Iatrogenic Causes of Thrombocytopenia

Iatrogenic causes of thrombocytopenia refer to conditions where medical interventions or treatments lead to a low platelet count. One notable example is heparin-induced thrombocytopenia (HIT), a serious complication of heparin use.

Heparin-Induced Thrombocytopenia (HIT)

• HIT is an immune-mediated adverse drug effect characterized by platelet activation, hypercoagulability, and an increased risk for thrombosis, both venous and arterial 3.
• The condition is mediated by an antibody that has specificity for a complex between heparin and platelet factor 4, a secreted platelet alpha-granule protein 4.
• Clinical thrombosis in HIT may be arterial or venous, and treatment requires discontinuation of heparin and institution of an alternative anticoagulant 4, 5.
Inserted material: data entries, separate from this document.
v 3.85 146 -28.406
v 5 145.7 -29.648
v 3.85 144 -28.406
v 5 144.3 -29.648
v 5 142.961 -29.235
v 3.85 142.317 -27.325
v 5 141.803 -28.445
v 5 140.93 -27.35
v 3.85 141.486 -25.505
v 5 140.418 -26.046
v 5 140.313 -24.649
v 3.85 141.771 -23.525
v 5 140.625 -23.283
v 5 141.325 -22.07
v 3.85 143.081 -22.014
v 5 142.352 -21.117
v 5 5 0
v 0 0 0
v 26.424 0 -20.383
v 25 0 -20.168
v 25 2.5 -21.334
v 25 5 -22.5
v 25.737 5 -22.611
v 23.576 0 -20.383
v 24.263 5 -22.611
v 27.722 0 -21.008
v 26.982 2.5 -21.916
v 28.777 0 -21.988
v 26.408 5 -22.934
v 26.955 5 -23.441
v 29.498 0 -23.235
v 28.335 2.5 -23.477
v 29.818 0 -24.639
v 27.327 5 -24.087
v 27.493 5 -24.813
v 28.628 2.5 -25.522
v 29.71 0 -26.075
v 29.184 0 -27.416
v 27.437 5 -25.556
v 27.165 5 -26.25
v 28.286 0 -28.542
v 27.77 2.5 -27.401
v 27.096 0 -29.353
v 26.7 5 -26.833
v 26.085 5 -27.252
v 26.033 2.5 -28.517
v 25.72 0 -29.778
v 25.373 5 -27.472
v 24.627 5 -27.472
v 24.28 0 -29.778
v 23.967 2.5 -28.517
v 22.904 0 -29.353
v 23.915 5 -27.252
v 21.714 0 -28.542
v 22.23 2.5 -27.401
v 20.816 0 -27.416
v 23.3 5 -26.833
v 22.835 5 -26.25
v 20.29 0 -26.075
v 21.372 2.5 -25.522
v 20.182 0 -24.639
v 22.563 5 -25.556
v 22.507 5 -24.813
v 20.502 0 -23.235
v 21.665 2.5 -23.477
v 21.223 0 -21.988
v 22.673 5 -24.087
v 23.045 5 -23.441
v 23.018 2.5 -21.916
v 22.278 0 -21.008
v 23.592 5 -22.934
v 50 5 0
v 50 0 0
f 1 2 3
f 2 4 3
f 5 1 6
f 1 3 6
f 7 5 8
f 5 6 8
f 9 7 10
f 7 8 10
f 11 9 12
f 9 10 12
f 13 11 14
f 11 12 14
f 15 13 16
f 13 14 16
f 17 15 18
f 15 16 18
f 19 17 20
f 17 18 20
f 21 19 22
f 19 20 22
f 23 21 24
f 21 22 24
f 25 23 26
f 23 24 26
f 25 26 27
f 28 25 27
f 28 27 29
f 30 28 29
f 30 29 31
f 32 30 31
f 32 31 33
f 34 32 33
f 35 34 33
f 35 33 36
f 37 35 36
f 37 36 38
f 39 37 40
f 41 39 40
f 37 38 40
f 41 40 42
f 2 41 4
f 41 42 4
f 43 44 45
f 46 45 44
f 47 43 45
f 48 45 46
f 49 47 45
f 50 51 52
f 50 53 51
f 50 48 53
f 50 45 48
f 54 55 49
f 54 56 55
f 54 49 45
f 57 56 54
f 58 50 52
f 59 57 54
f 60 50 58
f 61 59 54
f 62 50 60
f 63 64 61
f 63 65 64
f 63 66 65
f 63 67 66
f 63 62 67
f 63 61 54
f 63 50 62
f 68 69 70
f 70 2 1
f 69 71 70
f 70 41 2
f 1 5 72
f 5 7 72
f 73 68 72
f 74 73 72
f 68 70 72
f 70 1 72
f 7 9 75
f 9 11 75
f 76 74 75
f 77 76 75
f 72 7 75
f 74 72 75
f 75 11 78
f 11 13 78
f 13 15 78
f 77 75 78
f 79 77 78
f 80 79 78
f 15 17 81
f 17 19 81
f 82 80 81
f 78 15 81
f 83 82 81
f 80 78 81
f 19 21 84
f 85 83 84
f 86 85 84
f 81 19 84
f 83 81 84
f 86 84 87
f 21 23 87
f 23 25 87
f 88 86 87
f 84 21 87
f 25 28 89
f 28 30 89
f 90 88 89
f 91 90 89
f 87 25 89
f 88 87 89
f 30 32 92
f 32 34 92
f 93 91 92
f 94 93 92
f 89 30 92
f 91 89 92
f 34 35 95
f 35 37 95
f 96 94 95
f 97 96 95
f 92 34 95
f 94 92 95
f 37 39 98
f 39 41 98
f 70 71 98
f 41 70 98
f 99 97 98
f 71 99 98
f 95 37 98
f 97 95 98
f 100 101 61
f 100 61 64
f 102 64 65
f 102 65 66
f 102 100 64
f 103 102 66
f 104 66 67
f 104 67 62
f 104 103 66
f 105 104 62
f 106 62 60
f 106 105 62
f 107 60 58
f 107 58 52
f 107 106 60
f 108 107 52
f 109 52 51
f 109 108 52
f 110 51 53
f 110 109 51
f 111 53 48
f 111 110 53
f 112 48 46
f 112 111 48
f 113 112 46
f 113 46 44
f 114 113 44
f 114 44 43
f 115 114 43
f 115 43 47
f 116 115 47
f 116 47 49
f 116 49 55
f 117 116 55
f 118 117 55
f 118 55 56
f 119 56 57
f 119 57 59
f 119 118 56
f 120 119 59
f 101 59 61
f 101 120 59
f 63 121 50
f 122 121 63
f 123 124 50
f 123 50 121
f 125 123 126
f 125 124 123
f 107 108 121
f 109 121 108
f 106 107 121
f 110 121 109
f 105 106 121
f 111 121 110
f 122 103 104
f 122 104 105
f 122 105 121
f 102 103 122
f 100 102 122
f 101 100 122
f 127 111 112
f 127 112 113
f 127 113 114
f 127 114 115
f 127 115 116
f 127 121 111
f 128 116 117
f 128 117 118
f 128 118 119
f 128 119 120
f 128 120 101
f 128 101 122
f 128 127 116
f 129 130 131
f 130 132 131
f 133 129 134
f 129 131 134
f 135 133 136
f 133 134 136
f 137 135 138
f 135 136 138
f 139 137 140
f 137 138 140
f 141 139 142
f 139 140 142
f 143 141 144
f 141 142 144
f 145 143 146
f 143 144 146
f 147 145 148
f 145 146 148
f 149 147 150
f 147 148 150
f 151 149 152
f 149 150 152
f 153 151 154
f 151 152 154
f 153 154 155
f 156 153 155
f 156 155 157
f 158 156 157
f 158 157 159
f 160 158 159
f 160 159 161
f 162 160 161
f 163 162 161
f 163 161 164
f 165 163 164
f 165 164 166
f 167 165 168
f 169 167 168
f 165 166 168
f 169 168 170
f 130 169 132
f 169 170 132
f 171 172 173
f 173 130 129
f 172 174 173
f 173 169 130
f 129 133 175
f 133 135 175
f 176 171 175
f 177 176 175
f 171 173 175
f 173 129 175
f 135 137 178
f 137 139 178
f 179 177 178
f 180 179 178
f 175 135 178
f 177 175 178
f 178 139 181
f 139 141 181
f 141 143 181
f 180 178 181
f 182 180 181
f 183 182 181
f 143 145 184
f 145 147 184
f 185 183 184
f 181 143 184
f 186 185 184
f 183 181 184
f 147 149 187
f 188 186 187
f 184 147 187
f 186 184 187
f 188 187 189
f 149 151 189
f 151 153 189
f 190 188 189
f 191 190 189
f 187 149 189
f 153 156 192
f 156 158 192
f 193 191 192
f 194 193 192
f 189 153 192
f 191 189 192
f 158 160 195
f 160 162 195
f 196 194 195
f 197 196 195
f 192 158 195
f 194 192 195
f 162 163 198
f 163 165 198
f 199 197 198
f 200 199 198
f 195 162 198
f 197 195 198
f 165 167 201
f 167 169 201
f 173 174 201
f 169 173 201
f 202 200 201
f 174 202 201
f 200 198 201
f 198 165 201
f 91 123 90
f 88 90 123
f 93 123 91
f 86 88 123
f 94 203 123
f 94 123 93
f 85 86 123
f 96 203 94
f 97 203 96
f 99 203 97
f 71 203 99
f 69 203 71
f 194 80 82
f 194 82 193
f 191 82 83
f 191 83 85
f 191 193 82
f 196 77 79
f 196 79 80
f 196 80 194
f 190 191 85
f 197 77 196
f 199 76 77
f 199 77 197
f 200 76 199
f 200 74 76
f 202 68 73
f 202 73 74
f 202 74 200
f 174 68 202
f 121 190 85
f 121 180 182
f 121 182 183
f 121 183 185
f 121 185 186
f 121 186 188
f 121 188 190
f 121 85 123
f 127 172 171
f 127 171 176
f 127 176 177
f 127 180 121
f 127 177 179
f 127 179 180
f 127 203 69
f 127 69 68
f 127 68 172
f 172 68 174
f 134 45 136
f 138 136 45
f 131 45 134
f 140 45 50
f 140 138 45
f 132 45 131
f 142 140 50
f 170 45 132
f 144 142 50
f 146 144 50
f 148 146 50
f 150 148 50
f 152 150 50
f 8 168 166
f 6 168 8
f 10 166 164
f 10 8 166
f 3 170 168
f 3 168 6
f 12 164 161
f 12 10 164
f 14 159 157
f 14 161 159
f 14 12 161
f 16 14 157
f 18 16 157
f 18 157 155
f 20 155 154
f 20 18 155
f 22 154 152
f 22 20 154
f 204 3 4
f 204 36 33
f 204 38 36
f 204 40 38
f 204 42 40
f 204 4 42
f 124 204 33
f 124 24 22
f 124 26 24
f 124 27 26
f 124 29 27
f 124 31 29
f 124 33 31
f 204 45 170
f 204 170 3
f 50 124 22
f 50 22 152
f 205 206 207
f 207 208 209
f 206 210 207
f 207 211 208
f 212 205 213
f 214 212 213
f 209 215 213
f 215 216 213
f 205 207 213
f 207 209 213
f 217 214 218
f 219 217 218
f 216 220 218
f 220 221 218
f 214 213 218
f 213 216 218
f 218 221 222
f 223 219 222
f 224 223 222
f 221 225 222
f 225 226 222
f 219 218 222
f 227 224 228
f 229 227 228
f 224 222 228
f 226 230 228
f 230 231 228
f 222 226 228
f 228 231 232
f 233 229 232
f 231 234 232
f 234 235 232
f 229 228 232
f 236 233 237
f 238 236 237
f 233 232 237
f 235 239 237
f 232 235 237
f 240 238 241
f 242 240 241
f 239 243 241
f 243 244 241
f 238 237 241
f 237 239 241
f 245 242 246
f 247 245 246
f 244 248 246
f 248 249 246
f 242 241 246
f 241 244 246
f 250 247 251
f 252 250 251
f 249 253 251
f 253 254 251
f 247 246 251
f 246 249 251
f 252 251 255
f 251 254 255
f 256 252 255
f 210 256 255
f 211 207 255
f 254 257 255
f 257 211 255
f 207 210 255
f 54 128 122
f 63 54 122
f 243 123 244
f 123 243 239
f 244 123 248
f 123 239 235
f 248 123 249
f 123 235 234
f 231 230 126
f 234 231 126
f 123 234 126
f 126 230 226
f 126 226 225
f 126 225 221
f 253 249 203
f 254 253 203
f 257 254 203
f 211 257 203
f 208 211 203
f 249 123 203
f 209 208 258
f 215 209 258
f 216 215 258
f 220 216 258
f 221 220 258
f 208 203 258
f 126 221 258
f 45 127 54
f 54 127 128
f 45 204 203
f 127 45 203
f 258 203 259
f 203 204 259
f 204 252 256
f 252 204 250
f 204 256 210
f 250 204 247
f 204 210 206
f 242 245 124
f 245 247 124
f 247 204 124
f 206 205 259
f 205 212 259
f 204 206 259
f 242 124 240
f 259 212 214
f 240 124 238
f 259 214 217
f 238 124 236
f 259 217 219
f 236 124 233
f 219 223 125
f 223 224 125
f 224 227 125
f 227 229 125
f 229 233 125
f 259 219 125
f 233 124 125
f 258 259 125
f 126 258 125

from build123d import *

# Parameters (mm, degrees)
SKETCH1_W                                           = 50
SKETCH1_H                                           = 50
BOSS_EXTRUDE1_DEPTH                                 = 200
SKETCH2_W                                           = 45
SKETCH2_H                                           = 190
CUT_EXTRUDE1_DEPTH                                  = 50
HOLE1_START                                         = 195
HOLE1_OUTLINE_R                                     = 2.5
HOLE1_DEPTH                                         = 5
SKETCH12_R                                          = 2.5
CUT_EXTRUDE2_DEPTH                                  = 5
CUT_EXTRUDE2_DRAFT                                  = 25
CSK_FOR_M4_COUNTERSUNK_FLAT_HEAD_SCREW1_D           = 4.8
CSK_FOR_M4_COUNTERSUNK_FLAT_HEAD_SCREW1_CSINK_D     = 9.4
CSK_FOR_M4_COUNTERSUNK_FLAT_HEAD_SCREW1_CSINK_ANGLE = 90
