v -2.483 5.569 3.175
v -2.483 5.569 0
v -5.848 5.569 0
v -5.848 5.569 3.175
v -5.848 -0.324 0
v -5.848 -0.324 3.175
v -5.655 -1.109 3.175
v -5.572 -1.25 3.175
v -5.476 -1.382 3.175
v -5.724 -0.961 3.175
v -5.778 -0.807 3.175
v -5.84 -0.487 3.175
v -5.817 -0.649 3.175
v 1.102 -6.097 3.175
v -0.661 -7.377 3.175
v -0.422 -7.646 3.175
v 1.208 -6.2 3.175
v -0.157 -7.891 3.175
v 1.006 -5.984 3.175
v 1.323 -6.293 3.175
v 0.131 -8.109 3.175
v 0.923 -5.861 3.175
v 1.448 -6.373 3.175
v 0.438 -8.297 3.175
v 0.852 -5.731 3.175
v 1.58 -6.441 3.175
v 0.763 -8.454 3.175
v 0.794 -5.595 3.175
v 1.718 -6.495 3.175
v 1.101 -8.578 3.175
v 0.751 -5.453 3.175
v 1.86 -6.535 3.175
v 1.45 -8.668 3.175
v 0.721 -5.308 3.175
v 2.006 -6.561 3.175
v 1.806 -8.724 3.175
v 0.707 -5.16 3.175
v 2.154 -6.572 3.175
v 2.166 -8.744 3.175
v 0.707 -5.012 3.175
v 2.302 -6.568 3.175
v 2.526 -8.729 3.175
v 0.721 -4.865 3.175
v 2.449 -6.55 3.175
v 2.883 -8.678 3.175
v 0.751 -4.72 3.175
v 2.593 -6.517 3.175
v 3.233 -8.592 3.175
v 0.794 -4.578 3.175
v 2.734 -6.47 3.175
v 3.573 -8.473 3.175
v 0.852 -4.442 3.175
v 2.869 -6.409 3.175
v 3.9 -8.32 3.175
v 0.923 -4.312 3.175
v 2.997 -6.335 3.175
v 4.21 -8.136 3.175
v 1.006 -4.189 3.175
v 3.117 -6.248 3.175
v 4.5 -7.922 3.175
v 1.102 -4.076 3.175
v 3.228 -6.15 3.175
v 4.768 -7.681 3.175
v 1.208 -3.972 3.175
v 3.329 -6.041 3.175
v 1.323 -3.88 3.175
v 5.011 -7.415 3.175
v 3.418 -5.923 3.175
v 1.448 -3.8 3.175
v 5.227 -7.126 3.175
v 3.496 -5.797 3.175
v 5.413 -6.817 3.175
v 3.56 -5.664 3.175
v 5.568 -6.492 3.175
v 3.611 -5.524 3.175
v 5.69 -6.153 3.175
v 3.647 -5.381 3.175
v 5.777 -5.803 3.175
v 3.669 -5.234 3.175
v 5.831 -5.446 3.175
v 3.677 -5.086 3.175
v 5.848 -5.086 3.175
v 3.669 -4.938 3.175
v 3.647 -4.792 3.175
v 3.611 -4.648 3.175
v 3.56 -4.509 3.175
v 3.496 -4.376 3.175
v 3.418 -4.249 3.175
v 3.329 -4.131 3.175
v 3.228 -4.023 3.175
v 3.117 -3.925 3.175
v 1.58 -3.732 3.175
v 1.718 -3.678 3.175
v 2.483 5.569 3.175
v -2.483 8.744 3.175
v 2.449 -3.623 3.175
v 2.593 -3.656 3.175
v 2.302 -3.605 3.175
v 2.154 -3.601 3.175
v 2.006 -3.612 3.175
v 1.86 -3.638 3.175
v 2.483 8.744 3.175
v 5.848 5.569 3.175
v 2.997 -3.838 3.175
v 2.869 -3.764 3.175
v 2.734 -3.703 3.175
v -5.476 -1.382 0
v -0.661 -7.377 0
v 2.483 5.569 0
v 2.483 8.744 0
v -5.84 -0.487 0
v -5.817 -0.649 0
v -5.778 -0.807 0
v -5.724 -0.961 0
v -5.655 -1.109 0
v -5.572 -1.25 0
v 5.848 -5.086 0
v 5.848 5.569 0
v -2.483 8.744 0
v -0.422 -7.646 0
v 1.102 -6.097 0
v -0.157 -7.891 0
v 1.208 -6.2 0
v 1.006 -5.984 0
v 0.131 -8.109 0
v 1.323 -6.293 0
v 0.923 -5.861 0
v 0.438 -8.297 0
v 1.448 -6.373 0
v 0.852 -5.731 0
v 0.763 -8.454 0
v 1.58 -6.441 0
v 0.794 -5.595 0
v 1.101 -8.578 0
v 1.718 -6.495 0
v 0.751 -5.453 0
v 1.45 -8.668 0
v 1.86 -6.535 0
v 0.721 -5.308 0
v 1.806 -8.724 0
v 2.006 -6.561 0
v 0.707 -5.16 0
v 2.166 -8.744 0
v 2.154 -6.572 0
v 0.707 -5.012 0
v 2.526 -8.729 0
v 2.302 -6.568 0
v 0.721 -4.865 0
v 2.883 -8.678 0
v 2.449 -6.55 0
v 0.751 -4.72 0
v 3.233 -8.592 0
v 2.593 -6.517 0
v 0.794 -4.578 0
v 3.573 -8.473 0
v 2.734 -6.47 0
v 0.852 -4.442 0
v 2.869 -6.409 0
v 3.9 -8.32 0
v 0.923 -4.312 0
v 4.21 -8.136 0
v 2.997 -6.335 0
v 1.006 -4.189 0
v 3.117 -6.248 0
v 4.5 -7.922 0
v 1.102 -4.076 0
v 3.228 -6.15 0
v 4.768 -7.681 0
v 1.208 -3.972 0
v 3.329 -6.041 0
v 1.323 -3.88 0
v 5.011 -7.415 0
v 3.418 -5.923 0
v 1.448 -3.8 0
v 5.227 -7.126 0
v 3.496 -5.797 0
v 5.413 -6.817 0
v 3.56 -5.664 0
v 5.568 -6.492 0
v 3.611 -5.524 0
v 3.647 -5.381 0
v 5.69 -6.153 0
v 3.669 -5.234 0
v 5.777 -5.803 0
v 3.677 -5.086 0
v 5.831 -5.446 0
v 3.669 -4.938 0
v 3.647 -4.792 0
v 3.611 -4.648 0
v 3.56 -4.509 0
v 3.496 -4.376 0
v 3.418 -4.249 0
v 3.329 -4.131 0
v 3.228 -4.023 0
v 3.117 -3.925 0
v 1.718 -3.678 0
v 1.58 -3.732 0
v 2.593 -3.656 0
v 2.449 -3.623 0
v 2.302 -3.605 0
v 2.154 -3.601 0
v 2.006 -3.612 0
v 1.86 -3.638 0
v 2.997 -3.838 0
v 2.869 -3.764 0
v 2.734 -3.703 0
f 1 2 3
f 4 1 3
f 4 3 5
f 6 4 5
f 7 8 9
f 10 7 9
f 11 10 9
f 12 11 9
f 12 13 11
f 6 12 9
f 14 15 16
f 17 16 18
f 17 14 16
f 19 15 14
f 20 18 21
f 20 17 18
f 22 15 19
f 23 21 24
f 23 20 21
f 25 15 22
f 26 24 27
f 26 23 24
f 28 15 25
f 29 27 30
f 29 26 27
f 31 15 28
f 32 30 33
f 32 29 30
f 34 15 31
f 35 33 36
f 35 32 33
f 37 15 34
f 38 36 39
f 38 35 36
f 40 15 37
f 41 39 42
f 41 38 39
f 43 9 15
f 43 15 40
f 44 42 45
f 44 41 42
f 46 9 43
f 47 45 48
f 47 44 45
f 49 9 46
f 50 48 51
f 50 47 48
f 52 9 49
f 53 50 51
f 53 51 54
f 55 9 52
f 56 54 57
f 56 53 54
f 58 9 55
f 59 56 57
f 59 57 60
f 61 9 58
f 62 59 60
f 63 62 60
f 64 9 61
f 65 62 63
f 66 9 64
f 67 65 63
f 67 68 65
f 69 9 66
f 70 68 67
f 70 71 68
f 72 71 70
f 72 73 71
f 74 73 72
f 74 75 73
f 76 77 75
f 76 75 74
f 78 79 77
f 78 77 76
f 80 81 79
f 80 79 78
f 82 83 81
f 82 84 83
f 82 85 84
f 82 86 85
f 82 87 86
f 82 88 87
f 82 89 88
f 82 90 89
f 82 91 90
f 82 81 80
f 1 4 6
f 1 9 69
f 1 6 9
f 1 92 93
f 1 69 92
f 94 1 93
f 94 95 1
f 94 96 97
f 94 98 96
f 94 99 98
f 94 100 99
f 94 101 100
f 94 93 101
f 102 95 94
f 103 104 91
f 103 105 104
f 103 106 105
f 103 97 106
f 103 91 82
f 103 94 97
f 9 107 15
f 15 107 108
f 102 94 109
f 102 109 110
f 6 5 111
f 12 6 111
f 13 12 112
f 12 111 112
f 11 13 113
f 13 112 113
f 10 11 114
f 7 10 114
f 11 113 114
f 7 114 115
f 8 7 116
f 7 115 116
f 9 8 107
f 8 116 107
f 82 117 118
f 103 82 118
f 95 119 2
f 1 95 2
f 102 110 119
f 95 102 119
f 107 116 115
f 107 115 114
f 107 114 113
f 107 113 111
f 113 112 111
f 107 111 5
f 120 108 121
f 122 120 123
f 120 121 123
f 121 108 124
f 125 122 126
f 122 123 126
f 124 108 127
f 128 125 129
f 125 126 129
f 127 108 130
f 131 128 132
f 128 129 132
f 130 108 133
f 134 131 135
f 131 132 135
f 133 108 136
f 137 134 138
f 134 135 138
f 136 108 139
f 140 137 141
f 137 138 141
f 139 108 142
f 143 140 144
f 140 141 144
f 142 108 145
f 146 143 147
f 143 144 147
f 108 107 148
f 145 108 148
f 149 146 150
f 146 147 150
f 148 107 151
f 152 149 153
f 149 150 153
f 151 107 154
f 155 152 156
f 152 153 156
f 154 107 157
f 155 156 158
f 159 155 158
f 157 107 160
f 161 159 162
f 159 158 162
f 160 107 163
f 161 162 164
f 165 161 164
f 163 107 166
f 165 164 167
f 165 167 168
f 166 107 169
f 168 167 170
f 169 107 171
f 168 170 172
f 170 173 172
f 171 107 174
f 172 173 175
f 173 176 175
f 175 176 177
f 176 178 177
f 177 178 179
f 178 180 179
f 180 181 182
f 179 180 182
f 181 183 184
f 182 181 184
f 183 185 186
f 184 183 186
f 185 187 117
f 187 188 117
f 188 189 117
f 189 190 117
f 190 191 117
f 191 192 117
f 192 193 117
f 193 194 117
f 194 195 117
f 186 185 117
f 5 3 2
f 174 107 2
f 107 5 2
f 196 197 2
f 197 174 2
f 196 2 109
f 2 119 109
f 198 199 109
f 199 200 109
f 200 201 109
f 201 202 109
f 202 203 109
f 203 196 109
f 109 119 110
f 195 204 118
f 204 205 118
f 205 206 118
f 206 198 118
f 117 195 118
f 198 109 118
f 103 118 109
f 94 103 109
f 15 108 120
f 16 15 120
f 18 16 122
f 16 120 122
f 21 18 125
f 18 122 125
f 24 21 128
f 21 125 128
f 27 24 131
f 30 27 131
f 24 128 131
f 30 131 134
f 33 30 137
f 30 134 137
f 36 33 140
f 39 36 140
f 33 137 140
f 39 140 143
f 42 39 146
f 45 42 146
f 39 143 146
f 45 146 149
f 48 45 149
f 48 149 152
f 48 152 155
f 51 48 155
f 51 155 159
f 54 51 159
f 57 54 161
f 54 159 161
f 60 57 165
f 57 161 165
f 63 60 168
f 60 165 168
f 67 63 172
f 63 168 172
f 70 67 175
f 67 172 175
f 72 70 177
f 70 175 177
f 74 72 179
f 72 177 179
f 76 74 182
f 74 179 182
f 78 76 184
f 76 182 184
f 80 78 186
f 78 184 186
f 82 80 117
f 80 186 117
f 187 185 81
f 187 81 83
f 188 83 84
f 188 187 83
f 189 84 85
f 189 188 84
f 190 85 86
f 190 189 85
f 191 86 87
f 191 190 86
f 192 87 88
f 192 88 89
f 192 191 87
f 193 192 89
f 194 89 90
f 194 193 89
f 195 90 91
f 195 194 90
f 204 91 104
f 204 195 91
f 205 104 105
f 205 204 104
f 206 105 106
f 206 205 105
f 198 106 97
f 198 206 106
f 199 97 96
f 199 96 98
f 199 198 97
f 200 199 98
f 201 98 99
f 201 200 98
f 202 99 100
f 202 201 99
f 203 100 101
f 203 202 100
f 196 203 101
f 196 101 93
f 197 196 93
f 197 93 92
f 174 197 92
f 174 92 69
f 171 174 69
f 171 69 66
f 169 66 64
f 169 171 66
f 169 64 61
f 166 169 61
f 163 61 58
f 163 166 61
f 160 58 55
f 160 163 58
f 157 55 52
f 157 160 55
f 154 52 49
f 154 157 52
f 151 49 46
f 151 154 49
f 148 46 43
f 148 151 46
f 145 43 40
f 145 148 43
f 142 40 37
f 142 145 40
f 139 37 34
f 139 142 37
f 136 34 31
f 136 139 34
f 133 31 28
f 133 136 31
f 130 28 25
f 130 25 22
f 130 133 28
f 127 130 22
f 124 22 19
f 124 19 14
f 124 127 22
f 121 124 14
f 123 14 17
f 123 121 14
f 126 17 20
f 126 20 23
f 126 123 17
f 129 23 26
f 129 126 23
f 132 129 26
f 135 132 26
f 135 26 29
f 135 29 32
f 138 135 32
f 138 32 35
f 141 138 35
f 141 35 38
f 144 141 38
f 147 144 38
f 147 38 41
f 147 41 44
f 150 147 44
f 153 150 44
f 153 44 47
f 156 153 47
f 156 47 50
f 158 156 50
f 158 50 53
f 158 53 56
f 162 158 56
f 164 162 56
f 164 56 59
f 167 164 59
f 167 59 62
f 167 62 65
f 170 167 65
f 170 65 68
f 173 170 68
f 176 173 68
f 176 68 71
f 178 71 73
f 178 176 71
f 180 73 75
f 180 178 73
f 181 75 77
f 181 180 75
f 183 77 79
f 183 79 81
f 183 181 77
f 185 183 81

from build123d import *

# Parameters (mm, degrees)
SKETCH1_R           = 1.4859
BOSS_EXTRUDE1_DEPTH = 3.175


with BuildPart() as part:
    # Sketch1 → Boss-Extrude1 (new body)
    with BuildSketch(Plane.XY):
        with BuildLine():
            Line((-5.476150442, -1.381790583), (-0.66088404, -7.376813067))
            ThreePointArc((-0.66088404, -7.376813067), (3.40481365, -8.536580023), (5.84835, -5.08635))
            Line((5.84835, -5.08635), (5.84835, 5.56895))
            Line((5.84835, 5.56895), (2.48285, 5.56895))
            Line((2.48285, 5.56895), (2.48285, 8.74395))
            Line((2.48285, 8.74395), (-2.48285, 8.74395))
            Line((-2.48285, 8.74395), (-2.48285, 5.56895))
            Line((-2.48285, 5.56895), (-5.84835, 5.56895))
            Line((-5.84835, 5.56895), (-5.84835, -0.324042014))
            ThreePointArc((-5.84835, -0.324042014), (-5.752585393, -0.884703352), (-5.476150442, -1.381790583))
        make_face()
        with Locations((2.19075, -5.08635)):
            Circle(SKETCH1_R, mode=Mode.SUBTRACT)
    extrude(amount=BOSS_EXTRUDE1_DEPTH)


solid = part.part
Diagnosis and Management of HIT

• The diagnosis of HIT is supported by the detection of heparin-dependent, platelet-activating antibodies 3.
• Treatment includes cessation of heparin and the use of an alternative non-heparin anticoagulant, such as danaparoid, lepirudin, or argatroban 3.
• Recent studies have also explored the use of direct oral anticoagulants (DOACs) in the treatment of HIT, although their use is currently recommended for clinically stable patients without severe thrombotic complications 6.

Key Considerations in HIT Management

• Prompt suspension of heparin is necessary if HIT is suspected, followed by initiation of non-heparin anticoagulant therapy 6.
• Warfarin must be avoided or postponed in the acute phase of HIT, as it poses a high risk for coumarin necrosis, particularly limb loss due to venous limb gangrene 3.
• The use of fondaparinux and DOACs is contraindicated in severe renal insufficiency 6.